Jumat, 31 Mei 2019 21:02 WIB

Curhat Satu-satunya Produsen 'Tanah Jarang' di AS

Fino Yurio Kristo - detikInet
Penambangan tanah jarang. Foto: Reuters Penambangan tanah jarang. Foto: Reuters
Jakarta - Didominasi oleh China, produksi 'tanah jarang' tak banyak dilakukan di negara lain. Amerika Serikat tercatat hanya punya satu perusahaan 'tanah jarang' yang beroperasi, yaitu MP Materials.

Mereka pun jadi sorotan karena mungkin akan jadi perusahaan paling diandalkan jika ancaman China melarang ekspor rare earth ke AS direalisasikan. Tapi MP Materials pun masih bergantung pada China.

Berlokasi di California, MP Materials per tahun mengapalkan hampir 50 ribu ton tanah jarang ke China untuk proses penyempurnaan. "Tidak ada kapasitas penyulingan di dunia ini yang berada di luar China," ujar James Litinsky, Chairman MP Materials.




Jika ingin mandiri, Litinsky mengestimasi tahun depan baru bisa terlaksana, tidak tahun ini. "Kita membicarakan tentang pemerintah AS dan berharap mereka menolong kami, tapi kami tidak menghitung hal itu," sebutnya yang dikutip detikINET dari CNBC.

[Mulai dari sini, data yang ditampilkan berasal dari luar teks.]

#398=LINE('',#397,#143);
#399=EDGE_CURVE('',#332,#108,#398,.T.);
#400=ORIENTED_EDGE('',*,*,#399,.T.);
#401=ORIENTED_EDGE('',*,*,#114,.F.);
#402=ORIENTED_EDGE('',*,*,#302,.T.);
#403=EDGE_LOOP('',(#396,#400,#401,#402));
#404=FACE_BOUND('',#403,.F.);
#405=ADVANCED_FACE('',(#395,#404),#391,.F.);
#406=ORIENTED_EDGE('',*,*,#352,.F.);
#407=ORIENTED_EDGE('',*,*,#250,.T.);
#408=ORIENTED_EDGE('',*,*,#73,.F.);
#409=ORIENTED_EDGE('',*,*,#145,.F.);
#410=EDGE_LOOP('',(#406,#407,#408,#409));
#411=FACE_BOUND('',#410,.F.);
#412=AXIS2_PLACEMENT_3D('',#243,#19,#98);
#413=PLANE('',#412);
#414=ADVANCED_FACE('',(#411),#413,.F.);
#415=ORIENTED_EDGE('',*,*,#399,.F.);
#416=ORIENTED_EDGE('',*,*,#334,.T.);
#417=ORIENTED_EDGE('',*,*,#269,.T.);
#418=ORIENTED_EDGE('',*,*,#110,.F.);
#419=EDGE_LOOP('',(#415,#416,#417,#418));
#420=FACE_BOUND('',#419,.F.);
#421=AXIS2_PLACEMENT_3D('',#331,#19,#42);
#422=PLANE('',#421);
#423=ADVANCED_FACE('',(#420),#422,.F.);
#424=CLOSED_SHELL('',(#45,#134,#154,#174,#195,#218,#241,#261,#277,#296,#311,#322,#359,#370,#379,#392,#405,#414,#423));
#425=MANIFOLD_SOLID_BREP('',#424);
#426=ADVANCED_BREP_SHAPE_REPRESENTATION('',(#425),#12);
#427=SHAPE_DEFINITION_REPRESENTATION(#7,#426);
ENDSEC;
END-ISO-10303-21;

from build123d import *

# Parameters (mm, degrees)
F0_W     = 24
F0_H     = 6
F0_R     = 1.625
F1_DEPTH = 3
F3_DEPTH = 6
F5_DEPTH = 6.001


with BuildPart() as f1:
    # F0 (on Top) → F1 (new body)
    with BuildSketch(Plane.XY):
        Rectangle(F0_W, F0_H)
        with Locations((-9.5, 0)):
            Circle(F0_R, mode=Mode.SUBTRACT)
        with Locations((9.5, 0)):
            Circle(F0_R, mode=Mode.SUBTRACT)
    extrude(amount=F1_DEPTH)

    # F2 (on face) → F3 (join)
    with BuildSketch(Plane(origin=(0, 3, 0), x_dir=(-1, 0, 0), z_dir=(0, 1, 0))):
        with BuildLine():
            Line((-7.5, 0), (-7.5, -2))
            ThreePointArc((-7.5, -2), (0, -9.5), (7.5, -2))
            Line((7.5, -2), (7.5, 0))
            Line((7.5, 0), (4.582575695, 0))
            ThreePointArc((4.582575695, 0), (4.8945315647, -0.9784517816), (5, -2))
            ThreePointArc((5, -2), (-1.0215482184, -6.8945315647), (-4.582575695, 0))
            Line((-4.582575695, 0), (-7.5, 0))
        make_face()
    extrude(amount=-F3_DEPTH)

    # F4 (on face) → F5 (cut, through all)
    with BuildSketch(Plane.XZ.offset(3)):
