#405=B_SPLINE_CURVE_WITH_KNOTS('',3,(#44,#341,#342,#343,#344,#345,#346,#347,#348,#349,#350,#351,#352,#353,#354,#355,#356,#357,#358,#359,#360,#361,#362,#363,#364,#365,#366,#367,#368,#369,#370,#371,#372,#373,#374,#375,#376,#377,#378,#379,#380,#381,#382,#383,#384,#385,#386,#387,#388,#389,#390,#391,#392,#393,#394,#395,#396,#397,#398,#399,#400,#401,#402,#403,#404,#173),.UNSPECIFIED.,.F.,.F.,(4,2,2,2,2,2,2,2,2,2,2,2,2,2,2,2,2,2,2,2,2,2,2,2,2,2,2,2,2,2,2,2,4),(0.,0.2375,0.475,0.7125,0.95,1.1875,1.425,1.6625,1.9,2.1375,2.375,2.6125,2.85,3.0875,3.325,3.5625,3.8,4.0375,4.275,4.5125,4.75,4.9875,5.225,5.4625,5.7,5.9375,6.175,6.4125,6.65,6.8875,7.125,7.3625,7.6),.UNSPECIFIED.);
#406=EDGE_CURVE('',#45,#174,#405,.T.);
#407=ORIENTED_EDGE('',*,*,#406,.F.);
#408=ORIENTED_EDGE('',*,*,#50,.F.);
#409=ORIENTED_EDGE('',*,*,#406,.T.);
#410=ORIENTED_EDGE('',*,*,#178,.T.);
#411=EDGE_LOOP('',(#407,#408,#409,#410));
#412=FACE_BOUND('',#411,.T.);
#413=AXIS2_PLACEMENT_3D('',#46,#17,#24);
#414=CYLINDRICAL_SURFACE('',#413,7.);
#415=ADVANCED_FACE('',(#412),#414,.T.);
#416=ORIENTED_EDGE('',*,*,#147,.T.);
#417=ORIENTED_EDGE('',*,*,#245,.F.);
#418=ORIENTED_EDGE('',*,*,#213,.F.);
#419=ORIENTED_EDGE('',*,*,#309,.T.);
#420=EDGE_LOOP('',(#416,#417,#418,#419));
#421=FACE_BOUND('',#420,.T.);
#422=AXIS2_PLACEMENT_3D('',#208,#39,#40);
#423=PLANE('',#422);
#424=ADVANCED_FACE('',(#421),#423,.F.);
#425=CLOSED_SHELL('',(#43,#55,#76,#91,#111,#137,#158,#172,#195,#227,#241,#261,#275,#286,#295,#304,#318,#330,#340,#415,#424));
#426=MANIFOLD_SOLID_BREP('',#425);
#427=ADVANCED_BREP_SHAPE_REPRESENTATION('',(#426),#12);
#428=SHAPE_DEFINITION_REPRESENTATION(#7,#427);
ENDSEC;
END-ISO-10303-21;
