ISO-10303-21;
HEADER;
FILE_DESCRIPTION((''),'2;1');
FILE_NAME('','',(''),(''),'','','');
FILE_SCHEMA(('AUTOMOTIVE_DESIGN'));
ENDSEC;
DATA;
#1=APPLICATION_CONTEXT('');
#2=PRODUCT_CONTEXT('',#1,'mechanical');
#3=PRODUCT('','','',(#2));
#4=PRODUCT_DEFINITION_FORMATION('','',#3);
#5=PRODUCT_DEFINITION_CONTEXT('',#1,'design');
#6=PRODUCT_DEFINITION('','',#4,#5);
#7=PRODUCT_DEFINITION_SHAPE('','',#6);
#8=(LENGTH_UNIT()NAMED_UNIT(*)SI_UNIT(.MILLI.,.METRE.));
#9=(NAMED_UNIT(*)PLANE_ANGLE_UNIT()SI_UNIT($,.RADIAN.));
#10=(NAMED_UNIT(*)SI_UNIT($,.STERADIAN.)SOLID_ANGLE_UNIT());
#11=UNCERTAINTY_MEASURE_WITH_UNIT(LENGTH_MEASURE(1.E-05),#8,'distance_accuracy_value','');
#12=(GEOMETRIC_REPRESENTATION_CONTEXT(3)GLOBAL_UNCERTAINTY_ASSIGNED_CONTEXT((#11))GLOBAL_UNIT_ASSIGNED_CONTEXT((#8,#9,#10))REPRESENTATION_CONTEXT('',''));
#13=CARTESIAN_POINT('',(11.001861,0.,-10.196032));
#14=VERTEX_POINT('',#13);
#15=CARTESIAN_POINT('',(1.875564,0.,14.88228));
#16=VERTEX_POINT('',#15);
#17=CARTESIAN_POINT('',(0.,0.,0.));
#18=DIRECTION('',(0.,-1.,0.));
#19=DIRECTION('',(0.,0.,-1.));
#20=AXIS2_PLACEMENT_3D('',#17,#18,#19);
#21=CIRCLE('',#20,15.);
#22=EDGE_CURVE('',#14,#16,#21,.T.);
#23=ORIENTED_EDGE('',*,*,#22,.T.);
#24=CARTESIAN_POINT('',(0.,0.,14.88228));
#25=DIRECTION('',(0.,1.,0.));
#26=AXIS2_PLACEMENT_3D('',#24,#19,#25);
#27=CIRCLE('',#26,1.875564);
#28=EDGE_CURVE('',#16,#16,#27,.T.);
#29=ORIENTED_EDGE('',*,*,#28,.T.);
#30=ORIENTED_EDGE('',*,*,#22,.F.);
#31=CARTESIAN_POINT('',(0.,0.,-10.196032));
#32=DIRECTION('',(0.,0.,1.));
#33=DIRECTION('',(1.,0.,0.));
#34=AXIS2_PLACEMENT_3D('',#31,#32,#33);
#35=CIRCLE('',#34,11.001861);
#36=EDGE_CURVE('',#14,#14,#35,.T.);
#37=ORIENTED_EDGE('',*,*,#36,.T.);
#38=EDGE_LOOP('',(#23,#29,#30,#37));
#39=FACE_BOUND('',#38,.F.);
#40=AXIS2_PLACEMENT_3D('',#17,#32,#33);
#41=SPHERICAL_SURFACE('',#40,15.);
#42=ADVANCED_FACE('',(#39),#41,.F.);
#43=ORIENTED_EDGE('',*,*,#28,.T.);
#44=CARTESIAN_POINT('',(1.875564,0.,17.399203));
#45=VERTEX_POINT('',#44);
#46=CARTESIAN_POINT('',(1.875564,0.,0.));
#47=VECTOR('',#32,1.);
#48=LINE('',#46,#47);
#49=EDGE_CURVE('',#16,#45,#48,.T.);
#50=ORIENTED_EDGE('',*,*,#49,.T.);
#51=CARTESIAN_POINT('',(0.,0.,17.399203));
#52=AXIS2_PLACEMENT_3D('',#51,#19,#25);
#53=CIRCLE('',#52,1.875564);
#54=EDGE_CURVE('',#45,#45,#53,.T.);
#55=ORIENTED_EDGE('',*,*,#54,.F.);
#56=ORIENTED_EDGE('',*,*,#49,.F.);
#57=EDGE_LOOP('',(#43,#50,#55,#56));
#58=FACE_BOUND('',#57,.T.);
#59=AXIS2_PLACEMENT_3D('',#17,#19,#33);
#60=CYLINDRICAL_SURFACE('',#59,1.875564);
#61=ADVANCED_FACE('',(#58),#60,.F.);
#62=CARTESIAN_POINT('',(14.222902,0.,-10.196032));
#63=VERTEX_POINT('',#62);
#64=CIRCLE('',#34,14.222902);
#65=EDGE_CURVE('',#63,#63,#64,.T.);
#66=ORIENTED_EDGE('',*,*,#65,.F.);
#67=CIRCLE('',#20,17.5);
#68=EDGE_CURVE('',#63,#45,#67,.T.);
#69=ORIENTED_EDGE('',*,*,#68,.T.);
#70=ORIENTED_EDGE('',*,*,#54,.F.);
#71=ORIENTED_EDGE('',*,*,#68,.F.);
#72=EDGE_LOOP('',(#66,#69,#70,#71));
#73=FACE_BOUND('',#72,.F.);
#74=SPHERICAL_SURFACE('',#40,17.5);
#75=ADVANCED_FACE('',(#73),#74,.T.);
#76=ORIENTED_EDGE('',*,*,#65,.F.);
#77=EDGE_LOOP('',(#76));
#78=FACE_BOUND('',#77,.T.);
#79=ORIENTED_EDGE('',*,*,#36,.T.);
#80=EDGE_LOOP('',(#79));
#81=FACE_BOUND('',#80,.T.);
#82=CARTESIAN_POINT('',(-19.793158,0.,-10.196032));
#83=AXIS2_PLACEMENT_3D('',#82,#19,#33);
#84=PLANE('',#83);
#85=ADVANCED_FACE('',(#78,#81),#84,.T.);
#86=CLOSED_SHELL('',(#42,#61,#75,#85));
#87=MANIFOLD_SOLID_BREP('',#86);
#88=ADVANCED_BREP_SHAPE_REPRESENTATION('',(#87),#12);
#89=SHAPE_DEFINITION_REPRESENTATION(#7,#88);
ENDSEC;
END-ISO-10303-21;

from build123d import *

# Parameters (mm, degrees)
F5_W     = 42.267536
F5_H     = 10.794579
F6_DEPTH = 30
F7_R     = 1.875564
F8_DEPTH = 25


with BuildPart() as f1:
    # F0 (on Front) → F1 (revolve)
    with BuildSketch(Plane.XZ):
        with BuildLine():
            Line((0, 0), (0, -17.5))
            ThreePointArc((0, -17.5), (17.5, 0), (0, 17.5))
            Line((0, 17.5), (0, 0))
        make_face()
    revolve(axis=Axis((0, 0, -8.75), (0, 0, -1)))


with BuildPart() as f3:
    # F2 (on Front) → F3 (revolve)
    with BuildSketch(Plane.XZ):
        with BuildLine():
            Line((0, 15), (0, -15))
            ThreePointArc((0, -15), (15, 0), (0, 15))
        make_face()
    revolve(axis=Axis((0, 0, 8.75), (0, 0, 1)))


with BuildPart() as f1_1:
    add(f1.part)

    # F4: cut F3
    add(f3.part, mode=Mode.SUBTRACT)

    # F5 (on Front) → F6 (cut, symmetric)
    with BuildSketch(Plane.XZ):
        with Locations((1.34061, -15.593321)):
            Rectangle(F5_W, F5_H)
    extrude(amount=F6_DEPTH, both=True, mode=Mode.SUBTRACT)

    # F7 (on Top) → F8 (cut)
    with BuildSketch(Plane.XY):
        Circle(F7_R)
    extrude(amount=F8_DEPTH, mode=Mode.SUBTRACT)


solid = f1_1.part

Pada masa silam, AS sebenarnya menguasai pasokan tanah jarang. Mountain Pass selama beberapa dekade bahkan pernah mengendalikan suplai tanah jarang dunia.

Tapi semua berubah pada tahun 1980-an. Ekstrasi tanah jarang bukan perkara gampang, bisa merusak lingkungan, berdampak pada buruh dan berbiaya cukup besar. Kemudian regulasi AS membatasi penggunaan thorium, radioaktif yang dihasilkan dalam proses penambangan.

"Pada buruh, padat modal, prosesnya rumit. Bisa menjadi berbahaya, di mana pekerja pabrik terbunuh atau terluka membuat material itu. Jadi merupakan bagian yang sangat berbahaya dalam rantai suplai," sebut Jon Blumenthal, CEO manufaktur metal Blue Line Corp.

Produksi di AS pun makin menurun dan China menangkap peluang tersebut. Mereka bergerak agresif dengan subsidi pemerintah, standar lingkungan yang longgar dan upah buruh lebih rendah. Hasilnya pada tahun 2010, China menguasai suplai tanah jarang global.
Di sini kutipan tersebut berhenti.